It's pretty impractical to make your decisions by finding out that everyone
else is wrong, rather than by ensuring that you're right (or as right as you
can be). It doesn't scale, either -- AT&T used to have over a million
shareholders, and interviewing every one of them about whether Ma Bell was
going to raise their dividend next quarter sounds like a real chore.

 _Even if you're right, the market can stay irrational longer than you can
stay solvent._

If you're leveraged, yes. If you aren't leveraged, you're going to be solvent
forever. And anyway, arguing about the timing obscures the real decision -- I
wouldn't discourage someone from pursuing a career because I didn't know
whether or not every employer would recognize their talent after the first
interview.

------
fallentimes
I agree with most of what he writes, other than his dividends vs share
buybacks commentary. I'm glad he published the descending comments though. A
few quick thoughts:

1\. Dividends are taxed, share buybacks are not. This is why in cases where a
mature Company is sitting on a large pile of cash with little to no long term
debt, share buybacks provide more value by avoiding the tax man.

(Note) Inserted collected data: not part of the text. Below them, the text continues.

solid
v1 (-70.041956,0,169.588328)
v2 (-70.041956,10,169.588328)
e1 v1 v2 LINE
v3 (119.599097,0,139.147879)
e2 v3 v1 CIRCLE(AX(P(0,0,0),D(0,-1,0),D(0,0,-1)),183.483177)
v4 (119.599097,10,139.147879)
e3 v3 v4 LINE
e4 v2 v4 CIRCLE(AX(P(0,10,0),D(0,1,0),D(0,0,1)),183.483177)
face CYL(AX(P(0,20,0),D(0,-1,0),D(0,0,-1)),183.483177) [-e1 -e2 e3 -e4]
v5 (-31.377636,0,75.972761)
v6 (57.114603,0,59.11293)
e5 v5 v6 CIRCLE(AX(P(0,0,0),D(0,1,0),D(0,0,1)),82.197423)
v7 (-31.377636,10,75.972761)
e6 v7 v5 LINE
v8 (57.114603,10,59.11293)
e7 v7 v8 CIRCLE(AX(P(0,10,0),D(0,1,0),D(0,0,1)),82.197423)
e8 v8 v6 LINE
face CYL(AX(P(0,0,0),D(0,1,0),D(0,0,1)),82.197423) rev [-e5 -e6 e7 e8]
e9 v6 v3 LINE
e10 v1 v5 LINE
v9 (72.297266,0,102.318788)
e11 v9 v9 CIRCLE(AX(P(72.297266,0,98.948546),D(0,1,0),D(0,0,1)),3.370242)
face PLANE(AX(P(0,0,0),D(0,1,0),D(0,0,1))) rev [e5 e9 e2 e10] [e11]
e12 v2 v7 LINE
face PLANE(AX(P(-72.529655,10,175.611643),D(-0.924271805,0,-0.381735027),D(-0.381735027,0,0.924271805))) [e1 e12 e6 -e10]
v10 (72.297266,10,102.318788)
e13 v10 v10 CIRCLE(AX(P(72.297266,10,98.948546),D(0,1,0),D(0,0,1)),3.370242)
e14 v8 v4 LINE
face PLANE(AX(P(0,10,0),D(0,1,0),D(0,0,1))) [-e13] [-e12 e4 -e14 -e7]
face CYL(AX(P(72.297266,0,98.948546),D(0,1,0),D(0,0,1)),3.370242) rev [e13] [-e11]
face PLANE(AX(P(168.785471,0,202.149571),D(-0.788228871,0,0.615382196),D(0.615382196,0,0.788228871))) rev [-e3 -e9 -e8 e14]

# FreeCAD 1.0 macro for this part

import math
import FreeCAD as App
import Part
import Sketcher

V = App.Vector

doc = App.newDocument("Part")
body = doc.addObject("PartDesign::Body", "Body")

# Sketch on XZ plane
sketch1 = doc.addObject("Sketcher::SketchObject", "Sketch")
body.addObject(sketch1)
sketch1.AttachmentSupport = (doc.XZ_Plane, [""])
sketch1.MapMode = "FlatFace"
sketch1.addGeometry(Part.Circle(V(0, 0, 0), V(0, 0, 1), 210), False)
sketch1.addConstraint(Sketcher.Constraint("Coincident", 0, 3, -1, 1))
sketch1.addConstraint(Sketcher.Constraint("Diameter", 0, 420.0))
pad1 = doc.addObject("PartDesign::Pad", "Pad")
body.addObject(pad1)
pad1.Profile = sketch1
pad1.Length = 10
pad1.Reversed = True

# Sketch on XZ plane
sketch2 = doc.addObject("Sketcher::SketchObject", "Sketch001")
body.addObject(sketch2)
sketch2.AttachmentSupport = (doc.XZ_Plane, [""])
sketch2.MapMode = "FlatFace"
sketch2.AttachmentOffset = App.Placement(V(0, 0, -10), App.Rotation())
sketch2.addGeometry(Part.Circle(V(0, 0, 0), V(0, 0, 1), 75), False)
sketch2.addConstraint(Sketcher.Constraint("Coincident", 0, 3, -1, 1))
sketch2.addConstraint(Sketcher.Constraint("Diameter", 0, 150.0))
pocket1 = doc.addObject("PartDesign::Pocket", "Pocket")
body.addObject(pocket1)
pocket1.Profile = sketch2
pocket1.Length = 10
pocket1.Reversed = True

# Sketch on XZ plane
sketch3 = doc.addObject("Sketcher::SketchObject", "Sketch002")
body.addObject(sketch3)
sketch3.AttachmentSupport = (doc.XZ_Plane, [""])
sketch3.MapMode = "FlatFace"
sketch3.AttachmentOffset = App.Placement(V(0, 0, -10), App.Rotation())
sketch3.addGeometry(Part.Circle(V(0, 0, 0), V(0, 0, 1), 82), False)
sketch3.addConstraint(Sketcher.Constraint("Coincident", 0, 3, -1, 1))
sketch3.addConstraint(Sketcher.Constraint("Diameter", 0, 164.394846))
pocket2 = doc.addObject("PartDesign::Pocket", "Pocket001")
body.addObject(pocket2)
pocket2.Profile = sketch3
pocket2.Length = 10
pocket2.Reversed = True

# Sketch on XZ plane
sketch4 = doc.addObject("Sketcher::SketchObject", "Sketch003")
body.addObject(sketch4)
sketch4.AttachmentSupport = (doc.XZ_Plane, [""])
sketch4.MapMode = "FlatFace"
sketch4.AttachmentOffset = App.Placement(V(0, 0, -10), App.Rotation())
sketch4.addGeometry(Part.Circle(V(0, 0, 0), V(0, 0, 1), 233), False)
sketch4.addGeometry(Part.Circle(V(0, 0, 0), V(0, 0, 1), 183), False)
sketch4.addConstraint(Sketcher.Constraint("Coincident", 0, 3, -1, 1))
sketch4.addConstraint(Sketcher.Constraint("Coincident", 1, 3, -1, 1))
sketch4.addConstraint(Sketcher.Constraint("Diameter", 0, 465.153574))
sketch4.addConstraint(Sketcher.Constraint("Diameter", 1, 366.075252))
pocket3 = doc.addObject("PartDesign::Pocket", "Pocket002")
body.addObject(pocket3)
pocket3.Profile = sketch4
pocket3.Length = 10
pocket3.Reversed = True

# Sketch on XZ plane
sketch5 = doc.addObject("Sketcher::SketchObject", "Sketch004")
body.addObject(sketch5)
sketch5.AttachmentSupport = (doc.XZ_Plane, [""])
sketch5.MapMode = "FlatFace"
sketch5.AttachmentOffset = App.Placement(V(0, 0, -10), App.Rotation())
sketch5.addGeometry(Part.LineSegment(V(-218, 133, 0), V(-169, 202, 0)), False)
sketch5.addGeometry(Part.LineSegment(V(-169, 202, 0), V(-50, 50, 0)), False)
sketch5.addGeometry(Part.LineSegment(V(-50, 50, 0), V(50, 50, 0)), False)
sketch5.addGeometry(Part.LineSegment(V(50, 50, 0), V(169, 202, 0)), False)
sketch5.addGeometry(Part.LineSegment(V(169, 202, 0), V(65, 314, 0)), False)
sketch5.addGeometry(Part.LineSegment(V(65, 314, 0), V(267, 202, 0)), False)
sketch5.addGeometry(Part.LineSegment(V(267, 202, 0), V(430, -108, 0)), False)
sketch5.addGeometry(Part.LineSegment(V(430, -108, 0), V(-17, -303, 0)), False)
sketch5.addGeometry(Part.LineSegment(V(-17, -303, 0), V(-279, -176, 0)), False)
sketch5.addGeometry(Part.LineSegment(V(-279, -176, 0), V(-218, 133, 0)), False)
sketch5.addConstraint(Sketcher.Constraint("Coincident", 0, 2, 1, 1))
sketch5.addConstraint(Sketcher.Constraint("Coincident", 1, 2, 2, 1))
sketch5.addConstraint(Sketcher.Constraint("Coincident", 2, 2, 3, 1))
sketch5.addConstraint(Sketcher.Constraint("Coincident", 3, 2, 4, 1))
sketch5.addConstraint(Sketcher.Constraint("Coincident", 4, 2, 5, 1))
sketch5.addConstraint(Sketcher.Constraint("Coincident", 5, 2, 6, 1))
sketch5.addConstraint(Sketcher.Constraint("Coincident", 6, 2, 7, 1))
sketch5.addConstraint(Sketcher.Constraint("Coincident", 7, 2, 8, 1))
sketch5.addConstraint(Sketcher.Constraint("Coincident", 8, 2, 9, 1))
sketch5.addConstraint(Sketcher.Constraint("Coincident", 9, 2, 0, 1))
sketch5.addConstraint(Sketcher.Constraint("Horizontal", 2))
sketch5.addConstraint(Sketcher.Constraint("Symmetric", 0, 2, 3, 2, -2))
sketch5.addConstraint(Sketcher.Constraint("Horizontal", 3, 2, 5, 2))
sketch5.addConstraint(Sketcher.Constraint("Equal", 1, 3))
sketch5.addConstraint(Sketcher.Constraint("DistanceX", 2, 1, 2, 2, 100.0))
sketch5.addConstraint(Sketcher.Constraint("DistanceY", -1, 1, 1, 2, 50.0))
sketch5.addConstraint(Sketcher.Constraint("Distance", 0, 84.6006))
sketch5.addConstraint(Sketcher.Constraint("Distance", 1, 193.027149))
sketch5.addConstraint(Sketcher.Constraint("DistanceX", 0, 2, -1, 1, 168.785471))
sketch5.addConstraint(Sketcher.Constraint("DistanceX", -1, 1, 4, 2, 64.609548))
sketch5.addConstraint(Sketcher.Constraint("DistanceX", -1, 1, 6, 2, 429.751389))
sketch5.addConstraint(Sketcher.Constraint("DistanceX", 8, 2, -1, 1, 278.723851))
sketch5.addConstraint(Sketcher.Constraint("DistanceX", 9, 2, -1, 1, 218.107078))
sketch5.addConstraint(Sketcher.Constraint("DistanceY", 3, 2, 4, 2, 111.598311))
sketch5.addConstraint(Sketcher.Constraint("DistanceY", 6, 2, 5, 2, 310.321618))
sketch5.addConstraint(Sketcher.Constraint("DistanceY", 7, 2, 8, 2, 126.51117))
sketch5.addConstraint(Sketcher.Constraint("Distance", 5, 231.336903))
sketch5.addConstraint(Sketcher.Constraint("Distance", 7, 487.049196))
sketch5.addConstraint(Sketcher.Constraint("Distance", 8, 291.018985))
pocket4 = doc.addObject("PartDesign::Pocket", "Pocket003")
body.addObject(pocket4)
pocket4.Profile = sketch5
pocket4.Length = 10
pocket4.Reversed = True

2\. If the management team truly believes the company is undervalued, buying
shares back makes a lot of sense, especially for mature companies. However, if
the buy back leads to incentive bonuses for the management team I'm 100%
against it. Also, it's a lot more telling when a Company does this during a
recession than a boom.

3\. As alluded to in the comments, corporate earnings are relatively worthless
without a cash flow statement for the same time period.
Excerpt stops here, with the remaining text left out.